Datasets can be downloaded here
Ref: Buenrostro, J.D. et al. Integrated Single-Cell Analysis Maps the Continuous Regulatory Landscape of Human Hematopoietic Differentiation. Cell (2018).
import stream as st
st.__version__
'1.0'
st.set_figure_params(dpi=80,style='white',figsize=[5.4,4.8],
rc={'image.cmap': 'viridis'})
import stream_atac
stream_atac.__version__
'0.3.5'
For scATAC-seq analysis, STREAM can take as input a feature matrix,
More details can be found https://github.com/pinellolab/STREAM_atac
adata = stream_atac.preprocess_atac(file_count='./count_file.tsv.gz',
file_region='./region_file.bed.gz',
file_sample='./sample_file.tsv.gz',
genome = 'hg19',
feature='motif',
workdir='./motif_result')
Checking if required packages are installed ...

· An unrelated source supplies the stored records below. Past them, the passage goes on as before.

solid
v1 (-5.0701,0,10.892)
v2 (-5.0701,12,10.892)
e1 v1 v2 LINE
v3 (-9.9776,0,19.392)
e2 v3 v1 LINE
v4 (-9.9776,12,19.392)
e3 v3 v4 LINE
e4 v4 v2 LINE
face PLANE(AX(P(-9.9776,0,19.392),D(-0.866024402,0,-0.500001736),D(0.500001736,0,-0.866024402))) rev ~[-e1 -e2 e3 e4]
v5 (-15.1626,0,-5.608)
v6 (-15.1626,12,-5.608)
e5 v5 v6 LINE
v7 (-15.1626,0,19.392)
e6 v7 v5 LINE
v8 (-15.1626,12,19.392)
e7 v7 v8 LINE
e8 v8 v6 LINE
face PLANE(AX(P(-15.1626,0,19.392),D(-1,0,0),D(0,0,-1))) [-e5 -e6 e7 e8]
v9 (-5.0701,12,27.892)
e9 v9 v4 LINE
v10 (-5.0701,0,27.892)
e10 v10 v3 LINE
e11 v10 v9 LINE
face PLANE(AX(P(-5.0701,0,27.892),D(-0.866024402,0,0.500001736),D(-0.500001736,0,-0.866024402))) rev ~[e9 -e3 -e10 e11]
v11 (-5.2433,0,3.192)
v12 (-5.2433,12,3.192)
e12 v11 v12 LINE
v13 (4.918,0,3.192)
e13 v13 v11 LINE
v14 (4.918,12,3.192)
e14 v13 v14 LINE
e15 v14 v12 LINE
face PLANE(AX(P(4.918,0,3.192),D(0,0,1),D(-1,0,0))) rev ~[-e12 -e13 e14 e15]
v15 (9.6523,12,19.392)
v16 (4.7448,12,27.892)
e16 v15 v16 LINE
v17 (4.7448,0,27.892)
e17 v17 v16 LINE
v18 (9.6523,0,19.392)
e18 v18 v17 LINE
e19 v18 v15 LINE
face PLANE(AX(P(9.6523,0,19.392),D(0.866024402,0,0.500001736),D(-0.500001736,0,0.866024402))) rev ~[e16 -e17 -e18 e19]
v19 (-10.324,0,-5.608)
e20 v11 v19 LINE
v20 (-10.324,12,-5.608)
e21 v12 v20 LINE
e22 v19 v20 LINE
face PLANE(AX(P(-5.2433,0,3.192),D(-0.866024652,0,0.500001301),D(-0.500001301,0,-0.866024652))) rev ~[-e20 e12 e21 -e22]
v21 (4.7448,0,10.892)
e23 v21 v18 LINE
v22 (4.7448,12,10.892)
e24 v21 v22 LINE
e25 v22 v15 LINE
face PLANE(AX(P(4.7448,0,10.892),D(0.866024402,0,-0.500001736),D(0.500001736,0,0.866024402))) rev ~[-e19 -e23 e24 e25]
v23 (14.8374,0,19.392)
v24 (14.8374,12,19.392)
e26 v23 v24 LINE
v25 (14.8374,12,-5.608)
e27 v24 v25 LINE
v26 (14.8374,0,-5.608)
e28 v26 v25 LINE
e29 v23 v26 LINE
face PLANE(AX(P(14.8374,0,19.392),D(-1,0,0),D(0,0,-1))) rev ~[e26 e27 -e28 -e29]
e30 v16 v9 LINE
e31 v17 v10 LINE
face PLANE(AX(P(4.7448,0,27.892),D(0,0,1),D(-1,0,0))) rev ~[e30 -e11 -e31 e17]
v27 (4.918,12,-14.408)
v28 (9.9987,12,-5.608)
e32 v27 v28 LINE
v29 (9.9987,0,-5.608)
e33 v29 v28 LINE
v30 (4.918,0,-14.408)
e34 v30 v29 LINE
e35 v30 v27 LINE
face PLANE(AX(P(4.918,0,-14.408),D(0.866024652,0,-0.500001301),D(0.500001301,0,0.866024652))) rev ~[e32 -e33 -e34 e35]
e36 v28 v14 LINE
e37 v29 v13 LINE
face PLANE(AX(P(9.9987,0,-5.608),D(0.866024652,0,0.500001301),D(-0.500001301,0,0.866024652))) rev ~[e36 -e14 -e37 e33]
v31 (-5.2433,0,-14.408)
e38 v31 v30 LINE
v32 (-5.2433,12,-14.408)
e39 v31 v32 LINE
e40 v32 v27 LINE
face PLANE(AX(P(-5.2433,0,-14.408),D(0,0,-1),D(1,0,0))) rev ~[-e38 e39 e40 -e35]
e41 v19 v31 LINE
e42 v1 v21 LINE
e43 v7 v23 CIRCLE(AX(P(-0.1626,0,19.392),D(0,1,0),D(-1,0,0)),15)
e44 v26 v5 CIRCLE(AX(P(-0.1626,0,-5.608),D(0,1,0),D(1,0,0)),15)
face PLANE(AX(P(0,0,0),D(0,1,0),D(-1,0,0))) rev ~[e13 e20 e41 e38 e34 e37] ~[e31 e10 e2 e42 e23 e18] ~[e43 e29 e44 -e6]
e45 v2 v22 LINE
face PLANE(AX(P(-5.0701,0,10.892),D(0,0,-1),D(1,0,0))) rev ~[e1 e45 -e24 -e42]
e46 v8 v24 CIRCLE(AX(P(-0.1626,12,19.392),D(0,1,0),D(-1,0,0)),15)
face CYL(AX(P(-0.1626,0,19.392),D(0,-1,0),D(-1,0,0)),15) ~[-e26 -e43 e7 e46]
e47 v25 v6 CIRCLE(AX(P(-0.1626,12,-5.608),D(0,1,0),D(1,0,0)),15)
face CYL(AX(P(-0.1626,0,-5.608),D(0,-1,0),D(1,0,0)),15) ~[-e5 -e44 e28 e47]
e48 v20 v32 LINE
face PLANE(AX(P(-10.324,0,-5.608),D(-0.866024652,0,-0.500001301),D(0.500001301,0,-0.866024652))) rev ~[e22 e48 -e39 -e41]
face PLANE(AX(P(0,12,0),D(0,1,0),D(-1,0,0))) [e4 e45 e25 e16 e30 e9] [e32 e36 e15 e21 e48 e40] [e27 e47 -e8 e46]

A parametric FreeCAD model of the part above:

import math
import FreeCAD as App
import Part
import Sketcher
Q = App.Units.Quantity

doc = App.newDocument("Part")
params = doc.addObject("Spreadsheet::Sheet", "Params")
for row, (alias, value) in enumerate([
    ("sketch1_radius", "15 mm"),
    ("sketch1_height", "25 mm"),
    ("pad1_length", "12 mm"),
], start=1):
    params.set(f"A{row}", alias)
    params.set(f"B{row}", "=" + value)
    params.setAlias(f"B{row}", alias)

body = doc.addObject("PartDesign::Body", "Body")

sketch1 = body.newObject("Sketcher::SketchObject", "Sketch")
sketch1.AttachmentSupport = (doc.getObject("XZ_Plane"), [""])
sketch1.MapMode = "FlatFace"
sketch1.addGeometry([
    Part.LineSegment(App.Vector(-15.1626, -5.608, 0), App.Vector(-15.1626, 19.392, 0)),
    Part.ArcOfCircle(Part.Circle(App.Vector(-0.1626, 19.392, 0), App.Vector(0, 0, 1), 15), math.radians(0), math.radians(180)),
    Part.LineSegment(App.Vector(14.8374, 19.392, 0), App.Vector(14.8374, -5.608, 0)),
    Part.ArcOfCircle(Part.Circle(App.Vector(-0.1626, -5.608, 0), App.Vector(0, 0, 1), 15), math.radians(180), math.radians(360)),
    Part.LineSegment(App.Vector(-5.2433, -14.408, 0), App.Vector(4.918, -14.408, 0)),
    Part.LineSegment(App.Vector(4.918, -14.408, 0), App.Vector(9.9987, -5.608, 0)),
    Part.LineSegment(App.Vector(9.9987, -5.608, 0), App.Vector(4.918, 3.192, 0)),
    Part.LineSegment(App.Vector(4.918, 3.192, 0), App.Vector(-5.2433, 3.192, 0)),
    Part.LineSegment(App.Vector(-5.2433, 3.192, 0), App.Vector(-10.324, -5.608, 0)),
    Part.LineSegment(App.Vector(-10.324, -5.608, 0), App.Vector(-5.2433, -14.408, 0)),
    Part.LineSegment(App.Vector(4.7448, 10.892, 0), App.Vector(9.6523, 19.392, 0)),
    Part.LineSegment(App.Vector(9.6523, 19.392, 0), App.Vector(4.7448, 27.892, 0)),
    Part.LineSegment(App.Vector(4.7448, 27.892, 0), App.Vector(-5.0701, 27.892, 0)),
    Part.LineSegment(App.Vector(-5.0701, 27.892, 0), App.Vector(-9.9776, 19.392, 0)),
    Part.LineSegment(App.Vector(-9.9776, 19.392, 0), App.Vector(-5.0701, 10.892, 0)),
    Part.LineSegment(App.Vector(-5.0701, 10.892, 0), App.Vector(4.7448, 10.892, 0)),
], False)
sketch1.addConstraint([
    Sketcher.Constraint("Tangent", 0, 2, 1, 2),
    Sketcher.Constraint("Tangent", 1, 1, 2, 1),
    Sketcher.Constraint("Tangent", 2, 2, 3, 2),
    Sketcher.Constraint("Tangent", 3, 1, 0, 1),
    Sketcher.Constraint("Coincident", 4, 2, 5, 1),
    Sketcher.Constraint("Coincident", 5, 2, 6, 1),
    Sketcher.Constraint("Coincident", 6, 2, 7, 1),
    Sketcher.Constraint("Coincident", 7, 2, 8, 1),
    Sketcher.Constraint("Coincident", 8, 2, 9, 1),
    Sketcher.Constraint("Coincident", 9, 2, 4, 1),
    Sketcher.Constraint("Coincident", 10, 2, 11, 1),
    Sketcher.Constraint("Coincident", 11, 2, 12, 1),
    Sketcher.Constraint("Coincident", 12, 2, 13, 1),
    Sketcher.Constraint("Coincident", 13, 2, 14, 1),
    Sketcher.Constraint("Coincident", 14, 2, 15, 1),
    Sketcher.Constraint("Coincident", 15, 2, 10, 1),
    Sketcher.Constraint("Vertical", 0),
    Sketcher.Constraint("Vertical", 2),
    Sketcher.Constraint("Horizontal", 4),
    Sketcher.Constraint("Horizontal", 7),
    Sketcher.Constraint("Horizontal", 12),
    Sketcher.Constraint("Horizontal", 15),
    Sketcher.Constraint("Parallel", 5, 8),
    Sketcher.Constraint("Parallel", 6, 9),
    Sketcher.Constraint("Parallel", 8, 10),
    Sketcher.Constraint("Parallel", 9, 11),
    Sketcher.Constraint("Parallel", 10, 13),
    Sketcher.Constraint("Parallel", 11, 14),
    Sketcher.Constraint("Horizontal", 3, 1, 5, 2),
    Sketcher.Constraint("Horizontal", 5, 2, 8, 2),
    Sketcher.Constraint("Horizontal", 1, 1, 10, 2),
    Sketcher.Constraint("Horizontal", 10, 2, 13, 2),
    Sketcher.Constraint("Vertical", 4, 2, 6, 2),
    Sketcher.Constraint("Vertical", 7, 2, 9, 2),
    Sketcher.Constraint("Vertical", 12, 2, 14, 2),
    Sketcher.Constraint("Radius", 1, 15.0),
    Sketcher.Constraint("DistanceY", 0, 1, 0, 2, 25.0),
    Sketcher.Constraint("DistanceY", 4, 2, 3, 3, 8.8),
    Sketcher.Constraint("DistanceY", 1, 3, 11, 2, 8.5),
    Sketcher.Constraint("Angle", 5, Q("60 deg")),
    Sketcher.Constraint("DistanceX", 12, 2, 12, 1, 9.815),
    Sketcher.Constraint("DistanceX", 12, 2, -1, 1, 5.07),
    Sketcher.Constraint("DistanceX", 4, 1, 4, 2, 10.1613),
    Sketcher.Constraint("DistanceY", -1, 1, 1, 3, 19.392),
    Sketcher.Constraint("DistanceX", -1, 1, 4, 2, 4.918),
    Sketcher.Constraint("DistanceX", 10, 2, 1, 1, 5.185),
])
sketch1.setExpression("Constraints[35]", "Params.sketch1_radius")
sketch1.setExpression("Constraints[36]", "Params.sketch1_height")
pad1 = body.newObject("PartDesign::Pad", "Pad")
pad1.Profile = sketch1
pad1.setExpression("Length", "Params.pad1_length")
pad1.Reversed = True

doc.recompute()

/Users/huidong/anaconda3/envs/test_steam/lib/python3.7/site-packages/rpy2/rinterface/__init__.py:146: RRuntimeWarning: warnings.warn(x, RRuntimeWarning)
Saving results in: ./motif_result Running chromVAR pipeline ...
st.add_cell_labels(adata,file_name='./cell_label.tsv.gz')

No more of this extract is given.